Verifying the data load is complex. The process involves a series of daily activities to monitor not only each of the data sources but also the status of the ETL processes. This is achieved through the construction of crosscheck reports, which (in addition to other controls) allow us to see that the data have been correctly uploaded to the DM and become accessible from the BI solution. The quality of the information is central to the working of the system. Therefore, before implementation, we carried out a historical exploratory analysis of all the variables of the data sources to exclude the ones that had null or inconsistent values, or were of low quality.
Likewise, before beginning the production of new reports there is a detailed validation process in which end-users participate. For this, we verify that the data obtained manually by end-users is consistent with that obtained through the reports built in the BI solution in a determined time horizon and by choosing some cases for validation. After this stage, we established daily controls to guarantee the quality of the data in these new reports.
Based on this, and the fact that data and the information that can be obtained are considered assets of great value to decision-making, we decided to implement an applied data management approach.
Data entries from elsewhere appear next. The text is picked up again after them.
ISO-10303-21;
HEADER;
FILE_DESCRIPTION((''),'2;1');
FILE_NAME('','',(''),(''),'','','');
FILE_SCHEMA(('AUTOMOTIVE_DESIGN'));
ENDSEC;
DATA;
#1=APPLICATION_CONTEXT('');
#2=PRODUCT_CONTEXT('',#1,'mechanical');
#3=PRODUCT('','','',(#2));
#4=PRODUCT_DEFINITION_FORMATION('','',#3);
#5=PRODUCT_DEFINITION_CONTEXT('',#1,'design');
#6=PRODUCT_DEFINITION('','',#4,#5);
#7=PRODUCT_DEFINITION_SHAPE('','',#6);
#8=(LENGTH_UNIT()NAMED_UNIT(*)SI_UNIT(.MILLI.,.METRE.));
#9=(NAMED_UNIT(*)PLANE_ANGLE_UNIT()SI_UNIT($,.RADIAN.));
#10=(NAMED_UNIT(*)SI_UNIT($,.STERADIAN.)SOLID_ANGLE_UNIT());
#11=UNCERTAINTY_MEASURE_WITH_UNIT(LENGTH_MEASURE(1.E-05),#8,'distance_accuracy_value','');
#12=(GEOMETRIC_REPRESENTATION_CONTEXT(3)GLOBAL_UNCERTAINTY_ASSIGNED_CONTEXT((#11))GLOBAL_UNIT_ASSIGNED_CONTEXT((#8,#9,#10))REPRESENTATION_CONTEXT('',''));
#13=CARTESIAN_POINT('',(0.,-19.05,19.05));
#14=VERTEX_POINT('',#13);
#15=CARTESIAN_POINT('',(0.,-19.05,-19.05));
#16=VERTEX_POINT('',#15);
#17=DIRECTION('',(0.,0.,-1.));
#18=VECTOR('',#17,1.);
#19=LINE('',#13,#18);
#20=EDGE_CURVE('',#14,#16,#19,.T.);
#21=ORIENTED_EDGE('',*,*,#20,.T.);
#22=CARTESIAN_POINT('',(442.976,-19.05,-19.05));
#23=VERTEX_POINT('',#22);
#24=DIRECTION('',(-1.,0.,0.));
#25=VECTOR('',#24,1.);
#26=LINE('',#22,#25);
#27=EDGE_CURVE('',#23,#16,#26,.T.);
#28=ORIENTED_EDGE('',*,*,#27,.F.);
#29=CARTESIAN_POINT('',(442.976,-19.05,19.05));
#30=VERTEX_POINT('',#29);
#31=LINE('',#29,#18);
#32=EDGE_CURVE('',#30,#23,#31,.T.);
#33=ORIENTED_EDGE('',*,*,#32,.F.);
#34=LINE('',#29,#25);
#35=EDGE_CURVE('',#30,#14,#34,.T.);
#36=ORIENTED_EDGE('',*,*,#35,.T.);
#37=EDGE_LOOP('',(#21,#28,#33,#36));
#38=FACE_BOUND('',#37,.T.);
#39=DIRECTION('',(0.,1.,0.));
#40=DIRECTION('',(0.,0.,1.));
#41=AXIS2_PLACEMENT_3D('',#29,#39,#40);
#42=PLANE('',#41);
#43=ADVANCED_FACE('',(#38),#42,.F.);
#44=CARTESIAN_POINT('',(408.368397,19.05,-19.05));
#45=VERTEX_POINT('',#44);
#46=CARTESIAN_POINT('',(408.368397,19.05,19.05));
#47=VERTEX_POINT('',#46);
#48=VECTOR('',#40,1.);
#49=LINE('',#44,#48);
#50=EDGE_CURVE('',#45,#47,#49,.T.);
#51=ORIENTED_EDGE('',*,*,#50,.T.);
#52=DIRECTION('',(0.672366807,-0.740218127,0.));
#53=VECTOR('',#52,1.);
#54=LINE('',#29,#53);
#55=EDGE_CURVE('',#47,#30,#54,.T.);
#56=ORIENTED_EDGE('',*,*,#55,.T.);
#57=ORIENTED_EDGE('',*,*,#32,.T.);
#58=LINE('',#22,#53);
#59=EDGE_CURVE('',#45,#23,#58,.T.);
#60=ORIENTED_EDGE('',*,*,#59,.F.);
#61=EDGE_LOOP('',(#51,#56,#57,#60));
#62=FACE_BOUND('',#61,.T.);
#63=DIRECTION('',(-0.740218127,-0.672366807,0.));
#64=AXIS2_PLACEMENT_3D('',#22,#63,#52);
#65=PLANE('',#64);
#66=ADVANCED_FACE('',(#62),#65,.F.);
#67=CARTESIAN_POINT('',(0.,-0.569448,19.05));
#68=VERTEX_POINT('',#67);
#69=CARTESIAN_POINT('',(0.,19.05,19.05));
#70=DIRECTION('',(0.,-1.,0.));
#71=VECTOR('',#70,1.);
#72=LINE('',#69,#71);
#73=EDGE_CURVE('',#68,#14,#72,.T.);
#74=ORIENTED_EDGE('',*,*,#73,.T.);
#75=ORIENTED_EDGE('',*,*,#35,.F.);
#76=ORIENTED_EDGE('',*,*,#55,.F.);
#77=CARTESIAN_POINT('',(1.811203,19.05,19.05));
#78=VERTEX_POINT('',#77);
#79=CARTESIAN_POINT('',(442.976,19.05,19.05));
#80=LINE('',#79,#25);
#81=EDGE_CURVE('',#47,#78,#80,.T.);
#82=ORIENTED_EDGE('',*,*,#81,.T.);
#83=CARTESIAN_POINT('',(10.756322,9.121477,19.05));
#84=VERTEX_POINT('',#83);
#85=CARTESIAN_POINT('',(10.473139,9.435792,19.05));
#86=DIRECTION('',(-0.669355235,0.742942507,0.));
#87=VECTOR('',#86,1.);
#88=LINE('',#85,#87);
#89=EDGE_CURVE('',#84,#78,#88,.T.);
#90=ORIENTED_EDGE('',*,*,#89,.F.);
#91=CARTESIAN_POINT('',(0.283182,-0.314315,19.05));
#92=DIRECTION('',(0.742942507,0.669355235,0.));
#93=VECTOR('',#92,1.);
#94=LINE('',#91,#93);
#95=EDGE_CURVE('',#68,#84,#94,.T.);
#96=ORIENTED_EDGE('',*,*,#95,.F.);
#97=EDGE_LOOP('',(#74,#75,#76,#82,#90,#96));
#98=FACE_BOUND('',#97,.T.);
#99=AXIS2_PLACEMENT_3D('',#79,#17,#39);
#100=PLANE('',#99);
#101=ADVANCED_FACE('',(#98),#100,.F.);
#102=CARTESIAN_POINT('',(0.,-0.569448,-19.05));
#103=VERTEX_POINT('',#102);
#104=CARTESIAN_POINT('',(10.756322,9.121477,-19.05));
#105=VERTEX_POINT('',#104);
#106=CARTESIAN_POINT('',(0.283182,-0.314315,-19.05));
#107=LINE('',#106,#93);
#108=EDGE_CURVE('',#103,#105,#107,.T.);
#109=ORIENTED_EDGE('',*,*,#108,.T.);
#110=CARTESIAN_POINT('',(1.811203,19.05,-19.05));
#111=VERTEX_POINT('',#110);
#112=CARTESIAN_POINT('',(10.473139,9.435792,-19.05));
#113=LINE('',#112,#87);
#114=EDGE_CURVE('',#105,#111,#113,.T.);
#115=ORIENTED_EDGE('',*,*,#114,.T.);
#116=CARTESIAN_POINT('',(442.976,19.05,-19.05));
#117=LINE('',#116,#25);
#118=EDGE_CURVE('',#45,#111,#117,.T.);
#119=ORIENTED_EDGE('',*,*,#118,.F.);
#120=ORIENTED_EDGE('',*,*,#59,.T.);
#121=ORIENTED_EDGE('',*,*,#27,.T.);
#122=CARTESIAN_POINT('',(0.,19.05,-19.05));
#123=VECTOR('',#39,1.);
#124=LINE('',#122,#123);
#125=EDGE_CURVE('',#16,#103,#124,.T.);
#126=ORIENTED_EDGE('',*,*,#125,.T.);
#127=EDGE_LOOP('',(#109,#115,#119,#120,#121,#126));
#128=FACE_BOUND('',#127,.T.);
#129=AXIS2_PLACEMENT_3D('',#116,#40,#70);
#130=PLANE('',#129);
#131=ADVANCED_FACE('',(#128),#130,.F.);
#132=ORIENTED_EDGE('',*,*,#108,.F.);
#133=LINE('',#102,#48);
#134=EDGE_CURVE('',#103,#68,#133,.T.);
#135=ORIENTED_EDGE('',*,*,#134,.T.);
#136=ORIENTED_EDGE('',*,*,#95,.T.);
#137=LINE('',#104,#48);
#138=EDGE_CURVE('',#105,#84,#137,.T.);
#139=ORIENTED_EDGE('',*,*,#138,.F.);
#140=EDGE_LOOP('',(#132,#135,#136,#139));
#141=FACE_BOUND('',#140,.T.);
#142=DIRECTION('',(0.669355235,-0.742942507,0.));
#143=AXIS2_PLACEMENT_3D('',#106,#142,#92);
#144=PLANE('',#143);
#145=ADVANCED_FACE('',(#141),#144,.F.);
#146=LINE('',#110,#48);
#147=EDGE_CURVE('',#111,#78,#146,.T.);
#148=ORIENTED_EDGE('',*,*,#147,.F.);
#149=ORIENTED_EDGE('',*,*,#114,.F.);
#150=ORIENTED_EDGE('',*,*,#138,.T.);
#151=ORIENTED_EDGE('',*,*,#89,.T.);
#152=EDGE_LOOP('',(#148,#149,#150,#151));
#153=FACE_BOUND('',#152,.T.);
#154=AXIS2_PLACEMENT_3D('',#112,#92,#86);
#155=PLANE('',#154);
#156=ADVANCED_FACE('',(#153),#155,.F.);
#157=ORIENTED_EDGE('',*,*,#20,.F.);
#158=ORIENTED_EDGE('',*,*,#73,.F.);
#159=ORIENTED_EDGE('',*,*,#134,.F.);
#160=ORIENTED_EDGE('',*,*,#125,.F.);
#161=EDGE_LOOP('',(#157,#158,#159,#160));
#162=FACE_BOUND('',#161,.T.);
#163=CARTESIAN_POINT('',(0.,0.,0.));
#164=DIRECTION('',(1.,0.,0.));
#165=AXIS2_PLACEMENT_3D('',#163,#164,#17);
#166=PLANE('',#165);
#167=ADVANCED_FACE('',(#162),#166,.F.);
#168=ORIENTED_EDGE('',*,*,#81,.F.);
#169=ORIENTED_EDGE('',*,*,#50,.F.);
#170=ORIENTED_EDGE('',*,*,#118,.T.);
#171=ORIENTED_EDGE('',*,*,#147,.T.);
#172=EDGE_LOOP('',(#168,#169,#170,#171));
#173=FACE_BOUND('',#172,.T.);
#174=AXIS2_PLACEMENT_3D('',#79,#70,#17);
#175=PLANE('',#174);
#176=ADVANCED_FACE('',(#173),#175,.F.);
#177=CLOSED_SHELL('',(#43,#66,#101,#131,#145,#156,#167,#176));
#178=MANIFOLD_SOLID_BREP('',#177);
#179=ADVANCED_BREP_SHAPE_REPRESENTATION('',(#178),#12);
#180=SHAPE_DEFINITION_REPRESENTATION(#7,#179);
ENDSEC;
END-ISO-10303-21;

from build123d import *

# Parameters (mm, degrees)
SKETCH1_W               = 38.1
SKETCH1_H               = 38.1
BOSS_EXTRUDE1_DEPTH     = 442.976
CUT_EXTRUDE1_DEPTH      = 446.019380562
CUT_EXTRUDE2_DEPTH      = 446.019380562
CUT_EXTRUDE2_DEPTH_BACK = 446.019380562


with BuildPart() as part:
    # Sketch1 → Boss-Extrude1 (new body)
    with BuildSketch(Plane(origin=(0, 0, 0), x_dir=(0, 0, -1), z_dir=(1, 0, 0))):
        Rectangle(SKETCH1_W, SKETCH1_H)
    extrude(amount=BOSS_EXTRUDE1_DEPTH)

    # Sketch2 → Cut-Extrude1 (cut, through all)
    with BuildSketch(Plane.XY.offset(19.05)):
        Polygon((442.976, -19.05), (408.36839663, 19.05), (442.976, 19.05), align=None)
    extrude(amount=-CUT_EXTRUDE1_DEPTH, mode=Mode.SUBTRACT)

    # Sketch3 → Cut-Extrude2 (cut, two sides: drawn at the far end of the back side and taken through both)
    with BuildSketch(Plane.XY.offset(19.05).offset(-CUT_EXTRUDE2_DEPTH_BACK)):
        Polygon((0, 19.05), (0, -0.569448187), (1.811202923, 19.05), align=None)
        Polygon((0, -0.569448187), (1.811202923, 19.05), (10.756321618, 9.121476911), align=None)
    extrude(amount=CUT_EXTRUDE2_DEPTH + CUT_EXTRUDE2_DEPTH_BACK, mode=Mode.SUBTRACT)


solid = part.part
This means that we can seek to identify and provide the information needed by the different areas while ensuring its timely availability, assurance, confidentiality and generation of value, and that it is comprehensively managed.
The product
After implementation of the three stages of the project and subsequent enhancements, over the years we have been able to develop a complete datamart and business intelligence system, with the following five main characteristics (see Figure 6.4, overleaf).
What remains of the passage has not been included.